投稿日: Sep 19, 2016 5:38:30 AM
アスペルガーの成人が結婚し、夫婦として生活していく様子を描いたノンフィクション。実は当人である「妻」の側が夫の立場となって述べている。アスペルガーの人がどんな具合に生きているか、何に困るのかがよく分かります。
一般に、アスペルガーの成人が無事に結婚し、しかも長く続いていることはあまり多くないのではないかと思いますが、10年も結婚し、よく喧嘩するようですが、でも仲良くやっているのです。もっとも仕事はうまく出来ず、インターネットを使うことで生活し、仕事をしているようです。

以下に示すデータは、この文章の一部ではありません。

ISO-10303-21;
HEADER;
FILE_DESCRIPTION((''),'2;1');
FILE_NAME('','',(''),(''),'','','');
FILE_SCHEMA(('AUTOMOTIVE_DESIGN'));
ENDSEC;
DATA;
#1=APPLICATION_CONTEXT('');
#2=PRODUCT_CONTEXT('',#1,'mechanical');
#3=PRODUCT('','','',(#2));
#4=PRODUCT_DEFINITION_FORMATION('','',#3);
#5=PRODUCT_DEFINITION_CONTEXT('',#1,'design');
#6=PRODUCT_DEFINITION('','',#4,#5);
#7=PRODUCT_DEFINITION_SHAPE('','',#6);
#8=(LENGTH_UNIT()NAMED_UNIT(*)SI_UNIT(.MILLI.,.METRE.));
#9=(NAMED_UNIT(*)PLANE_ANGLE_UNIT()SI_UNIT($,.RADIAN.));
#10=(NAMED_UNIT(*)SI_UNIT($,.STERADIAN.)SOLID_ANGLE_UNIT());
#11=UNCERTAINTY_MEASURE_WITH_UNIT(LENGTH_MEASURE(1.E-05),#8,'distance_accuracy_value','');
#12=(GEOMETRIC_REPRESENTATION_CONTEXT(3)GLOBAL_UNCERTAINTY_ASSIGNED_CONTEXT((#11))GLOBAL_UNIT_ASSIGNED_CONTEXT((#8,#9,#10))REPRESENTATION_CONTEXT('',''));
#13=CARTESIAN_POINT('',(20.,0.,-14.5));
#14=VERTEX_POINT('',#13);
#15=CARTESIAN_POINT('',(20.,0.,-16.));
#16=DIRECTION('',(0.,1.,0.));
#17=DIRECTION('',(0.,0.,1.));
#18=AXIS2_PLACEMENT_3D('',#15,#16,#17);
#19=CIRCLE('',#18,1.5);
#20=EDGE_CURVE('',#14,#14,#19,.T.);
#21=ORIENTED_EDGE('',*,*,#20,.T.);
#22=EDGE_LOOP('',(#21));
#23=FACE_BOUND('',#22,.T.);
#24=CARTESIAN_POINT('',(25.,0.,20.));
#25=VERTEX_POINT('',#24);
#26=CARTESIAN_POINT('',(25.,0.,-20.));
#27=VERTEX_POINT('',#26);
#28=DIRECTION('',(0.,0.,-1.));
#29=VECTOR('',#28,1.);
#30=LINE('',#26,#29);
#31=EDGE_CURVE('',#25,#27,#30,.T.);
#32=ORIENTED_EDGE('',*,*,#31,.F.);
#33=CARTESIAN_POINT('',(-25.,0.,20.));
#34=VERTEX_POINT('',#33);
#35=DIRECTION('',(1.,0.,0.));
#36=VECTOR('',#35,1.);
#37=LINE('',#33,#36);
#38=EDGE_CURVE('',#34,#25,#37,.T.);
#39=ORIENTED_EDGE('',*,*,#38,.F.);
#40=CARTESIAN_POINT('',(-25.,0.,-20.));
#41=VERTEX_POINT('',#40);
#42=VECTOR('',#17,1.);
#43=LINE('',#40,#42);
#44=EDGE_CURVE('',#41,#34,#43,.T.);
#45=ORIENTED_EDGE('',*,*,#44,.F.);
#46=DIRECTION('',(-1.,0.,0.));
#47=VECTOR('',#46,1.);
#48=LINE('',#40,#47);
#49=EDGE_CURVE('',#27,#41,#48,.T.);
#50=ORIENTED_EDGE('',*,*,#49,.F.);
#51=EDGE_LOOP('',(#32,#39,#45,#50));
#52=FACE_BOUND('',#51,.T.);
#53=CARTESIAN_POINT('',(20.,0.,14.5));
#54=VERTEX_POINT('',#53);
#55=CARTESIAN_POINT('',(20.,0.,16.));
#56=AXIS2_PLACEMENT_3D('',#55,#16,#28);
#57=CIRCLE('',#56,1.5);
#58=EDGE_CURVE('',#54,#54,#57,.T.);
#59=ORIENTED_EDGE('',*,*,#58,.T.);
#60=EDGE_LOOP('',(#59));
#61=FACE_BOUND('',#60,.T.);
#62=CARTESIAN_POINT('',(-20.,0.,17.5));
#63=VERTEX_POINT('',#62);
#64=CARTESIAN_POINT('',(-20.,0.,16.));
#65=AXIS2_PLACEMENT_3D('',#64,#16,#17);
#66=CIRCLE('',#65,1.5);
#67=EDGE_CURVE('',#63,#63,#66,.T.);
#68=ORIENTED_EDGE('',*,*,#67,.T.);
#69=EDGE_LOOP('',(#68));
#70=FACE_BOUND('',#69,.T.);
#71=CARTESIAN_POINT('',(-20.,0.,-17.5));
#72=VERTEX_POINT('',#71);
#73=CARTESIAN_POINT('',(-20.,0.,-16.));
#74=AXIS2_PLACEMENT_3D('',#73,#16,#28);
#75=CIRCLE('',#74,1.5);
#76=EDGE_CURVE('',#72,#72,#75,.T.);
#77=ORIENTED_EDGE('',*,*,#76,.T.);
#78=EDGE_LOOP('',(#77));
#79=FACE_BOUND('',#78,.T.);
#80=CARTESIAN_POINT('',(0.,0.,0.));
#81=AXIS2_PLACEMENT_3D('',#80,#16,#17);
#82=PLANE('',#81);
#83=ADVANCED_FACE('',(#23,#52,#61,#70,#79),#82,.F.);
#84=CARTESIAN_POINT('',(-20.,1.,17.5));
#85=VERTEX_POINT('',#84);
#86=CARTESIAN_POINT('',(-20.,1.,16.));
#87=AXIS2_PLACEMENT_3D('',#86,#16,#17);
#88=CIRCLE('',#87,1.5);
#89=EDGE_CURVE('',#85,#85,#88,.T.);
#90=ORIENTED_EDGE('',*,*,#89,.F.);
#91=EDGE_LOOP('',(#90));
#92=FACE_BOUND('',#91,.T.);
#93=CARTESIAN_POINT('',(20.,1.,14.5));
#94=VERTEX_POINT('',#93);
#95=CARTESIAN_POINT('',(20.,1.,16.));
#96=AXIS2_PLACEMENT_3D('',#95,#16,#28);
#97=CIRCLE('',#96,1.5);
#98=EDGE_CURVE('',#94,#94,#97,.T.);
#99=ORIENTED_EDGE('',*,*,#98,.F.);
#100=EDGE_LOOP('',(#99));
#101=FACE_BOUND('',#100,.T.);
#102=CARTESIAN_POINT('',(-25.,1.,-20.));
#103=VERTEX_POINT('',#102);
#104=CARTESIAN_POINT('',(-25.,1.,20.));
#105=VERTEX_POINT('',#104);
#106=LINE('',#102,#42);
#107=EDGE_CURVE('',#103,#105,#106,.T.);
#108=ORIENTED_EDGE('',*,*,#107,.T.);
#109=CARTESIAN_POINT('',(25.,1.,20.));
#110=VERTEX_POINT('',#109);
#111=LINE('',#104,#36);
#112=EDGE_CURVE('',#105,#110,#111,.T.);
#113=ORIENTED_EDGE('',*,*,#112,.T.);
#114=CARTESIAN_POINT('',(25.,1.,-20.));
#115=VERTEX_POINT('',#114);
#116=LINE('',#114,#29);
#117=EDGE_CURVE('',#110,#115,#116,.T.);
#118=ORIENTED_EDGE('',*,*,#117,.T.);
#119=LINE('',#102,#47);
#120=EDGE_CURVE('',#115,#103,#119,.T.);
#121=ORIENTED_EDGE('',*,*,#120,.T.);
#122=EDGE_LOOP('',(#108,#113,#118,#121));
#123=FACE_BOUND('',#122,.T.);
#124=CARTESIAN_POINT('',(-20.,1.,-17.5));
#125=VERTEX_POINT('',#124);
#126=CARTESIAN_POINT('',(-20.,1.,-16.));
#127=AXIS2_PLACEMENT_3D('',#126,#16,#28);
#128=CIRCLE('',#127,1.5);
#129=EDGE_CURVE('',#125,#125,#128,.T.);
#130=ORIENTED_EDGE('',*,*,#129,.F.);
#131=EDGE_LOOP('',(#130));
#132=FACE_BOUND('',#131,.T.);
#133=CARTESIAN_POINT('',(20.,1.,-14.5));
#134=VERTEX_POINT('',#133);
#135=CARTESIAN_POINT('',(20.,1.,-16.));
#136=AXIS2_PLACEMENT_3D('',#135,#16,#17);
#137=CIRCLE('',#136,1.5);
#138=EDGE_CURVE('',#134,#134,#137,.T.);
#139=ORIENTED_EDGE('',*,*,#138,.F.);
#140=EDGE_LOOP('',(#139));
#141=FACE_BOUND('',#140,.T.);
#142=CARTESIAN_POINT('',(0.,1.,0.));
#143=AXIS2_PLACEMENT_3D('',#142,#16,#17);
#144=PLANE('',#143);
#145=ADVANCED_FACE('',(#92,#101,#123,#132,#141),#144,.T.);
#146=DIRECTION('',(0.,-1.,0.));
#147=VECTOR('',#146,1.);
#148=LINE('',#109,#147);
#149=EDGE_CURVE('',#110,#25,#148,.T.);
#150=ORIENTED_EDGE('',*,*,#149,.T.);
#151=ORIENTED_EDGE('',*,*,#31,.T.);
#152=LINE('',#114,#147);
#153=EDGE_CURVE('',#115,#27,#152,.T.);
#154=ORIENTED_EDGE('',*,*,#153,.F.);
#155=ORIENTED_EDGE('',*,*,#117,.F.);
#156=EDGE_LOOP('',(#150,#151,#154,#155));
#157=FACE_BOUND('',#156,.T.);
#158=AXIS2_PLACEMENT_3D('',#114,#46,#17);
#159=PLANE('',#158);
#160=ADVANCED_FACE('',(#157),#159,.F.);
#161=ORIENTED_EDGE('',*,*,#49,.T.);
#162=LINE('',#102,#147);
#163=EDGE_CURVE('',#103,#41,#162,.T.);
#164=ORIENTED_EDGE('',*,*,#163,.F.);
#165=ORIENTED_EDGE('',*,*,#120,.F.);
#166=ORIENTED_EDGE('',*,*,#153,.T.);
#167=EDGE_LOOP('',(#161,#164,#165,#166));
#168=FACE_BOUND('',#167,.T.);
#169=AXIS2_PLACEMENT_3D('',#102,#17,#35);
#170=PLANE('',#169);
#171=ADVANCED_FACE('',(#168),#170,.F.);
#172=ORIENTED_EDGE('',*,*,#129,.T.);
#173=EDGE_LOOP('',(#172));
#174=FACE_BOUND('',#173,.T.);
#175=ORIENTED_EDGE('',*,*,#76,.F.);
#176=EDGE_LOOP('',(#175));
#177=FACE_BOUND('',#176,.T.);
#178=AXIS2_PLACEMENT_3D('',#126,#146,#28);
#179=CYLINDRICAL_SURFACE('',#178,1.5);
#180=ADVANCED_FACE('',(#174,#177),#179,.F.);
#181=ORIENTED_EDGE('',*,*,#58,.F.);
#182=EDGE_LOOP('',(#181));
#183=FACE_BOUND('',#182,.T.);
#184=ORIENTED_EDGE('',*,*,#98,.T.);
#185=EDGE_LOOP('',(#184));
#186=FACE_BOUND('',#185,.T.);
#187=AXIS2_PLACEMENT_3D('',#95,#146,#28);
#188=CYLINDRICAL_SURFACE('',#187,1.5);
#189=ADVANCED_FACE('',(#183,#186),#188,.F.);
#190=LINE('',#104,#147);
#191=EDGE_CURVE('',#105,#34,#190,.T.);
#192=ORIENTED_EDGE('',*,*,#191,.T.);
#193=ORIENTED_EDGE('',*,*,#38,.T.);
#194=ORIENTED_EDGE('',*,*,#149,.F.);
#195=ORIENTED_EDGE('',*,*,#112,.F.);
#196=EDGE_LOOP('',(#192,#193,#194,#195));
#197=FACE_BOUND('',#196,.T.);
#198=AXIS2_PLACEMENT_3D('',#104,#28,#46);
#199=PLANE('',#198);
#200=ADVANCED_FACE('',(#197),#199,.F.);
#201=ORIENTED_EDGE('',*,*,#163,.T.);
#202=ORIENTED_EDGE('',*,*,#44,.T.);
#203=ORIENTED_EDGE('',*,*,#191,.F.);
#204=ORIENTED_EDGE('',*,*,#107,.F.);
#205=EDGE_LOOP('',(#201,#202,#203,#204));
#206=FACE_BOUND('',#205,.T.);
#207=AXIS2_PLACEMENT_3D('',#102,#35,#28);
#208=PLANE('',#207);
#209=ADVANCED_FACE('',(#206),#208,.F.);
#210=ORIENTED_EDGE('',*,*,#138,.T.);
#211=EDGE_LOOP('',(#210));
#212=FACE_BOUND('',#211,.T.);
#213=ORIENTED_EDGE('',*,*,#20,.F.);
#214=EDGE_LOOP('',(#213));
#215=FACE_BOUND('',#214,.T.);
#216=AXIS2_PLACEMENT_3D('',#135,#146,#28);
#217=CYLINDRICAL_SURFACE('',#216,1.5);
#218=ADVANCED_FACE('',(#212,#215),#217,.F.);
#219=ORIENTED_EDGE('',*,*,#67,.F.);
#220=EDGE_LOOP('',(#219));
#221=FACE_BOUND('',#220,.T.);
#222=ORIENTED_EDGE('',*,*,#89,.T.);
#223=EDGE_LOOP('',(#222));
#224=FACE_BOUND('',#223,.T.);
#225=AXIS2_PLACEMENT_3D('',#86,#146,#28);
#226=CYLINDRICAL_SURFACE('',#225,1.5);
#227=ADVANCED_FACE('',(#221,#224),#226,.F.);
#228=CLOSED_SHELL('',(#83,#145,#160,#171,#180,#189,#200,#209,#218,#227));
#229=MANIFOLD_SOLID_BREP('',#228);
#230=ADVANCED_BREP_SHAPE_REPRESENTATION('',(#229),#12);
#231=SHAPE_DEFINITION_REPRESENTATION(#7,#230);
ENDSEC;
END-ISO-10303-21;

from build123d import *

# Parameters (mm, degrees)
SKETCH1_W           = 50
SKETCH1_H           = 40
SKETCH1_R           = 1.5
BOSS_EXTRUDE1_DEPTH = 1


with BuildPart() as part:
    # Sketch1 → Boss-Extrude1 (new body)
    with BuildSketch(Plane(origin=(0, 0, 0), x_dir=(1, 0, 0), z_dir=(0, 1, 0))):
        Rectangle(SKETCH1_W, SKETCH1_H)
        with Locations((-20, -16)):
            Circle(SKETCH1_R, mode=Mode.SUBTRACT)
        with Locations((-20, 16)):
            Circle(SKETCH1_R, mode=Mode.SUBTRACT)
        with Locations((20, -16)):
            Circle(SKETCH1_R, mode=Mode.SUBTRACT)
        with Locations((20, 16)):
            Circle(SKETCH1_R, mode=Mode.SUBTRACT)
    extrude(amount=BOSS_EXTRUDE1_DEPTH)


solid = part.part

ですが、この本が面白いのは、そういったことが参考になるということを越えて、文章がユーモアに富み、素敵なのです。これだけ分析し、具体的に記述しつつ、突き放しても見られ、ユーモアを計算できるのは、著者はよほど言語能力に優れているのでしょう。でも、確かにアスペルガーでしかも算数障害があることは本書に縷々記されています。
おそらく、かなりの才能に恵まれている人で、しかも家庭での親の対応がよかったのでしょう。配偶者との出会いも奇跡のように思えます。当人の工夫と努力もすごいものです。でも、学校でも職場でも辛い目に会い続け、結婚生活も最初の数年はなかなかうまくいかず、アル中となり、ついに入院し、そこでアスペルガーの診断を受け、それから猛勉強をして、その実態を調べ、可能な手だてを次々に講じていきます。夫も出来る限り許容していくのです。多くの美点を見出すあたりも感動的です。でも、ときに耐えられなくなり、喧嘩が起こります。でも、「出て行け」と怒鳴ると、本当に出ていきそうになり、どこに行くかと尋ねると、河原で寝ると真面目に答えるあたりが、おかしくもあり、悲しくも感じられます。
でも、文章は本当に上手です。相当のプロレベルです。自分の悲惨さを語りつつ、これだけの楽しさと明るさを醸し出せるのがすごいことです。
なお、この続きが「エイリアンの地球ライフ」です。いつだったか、紹介しました。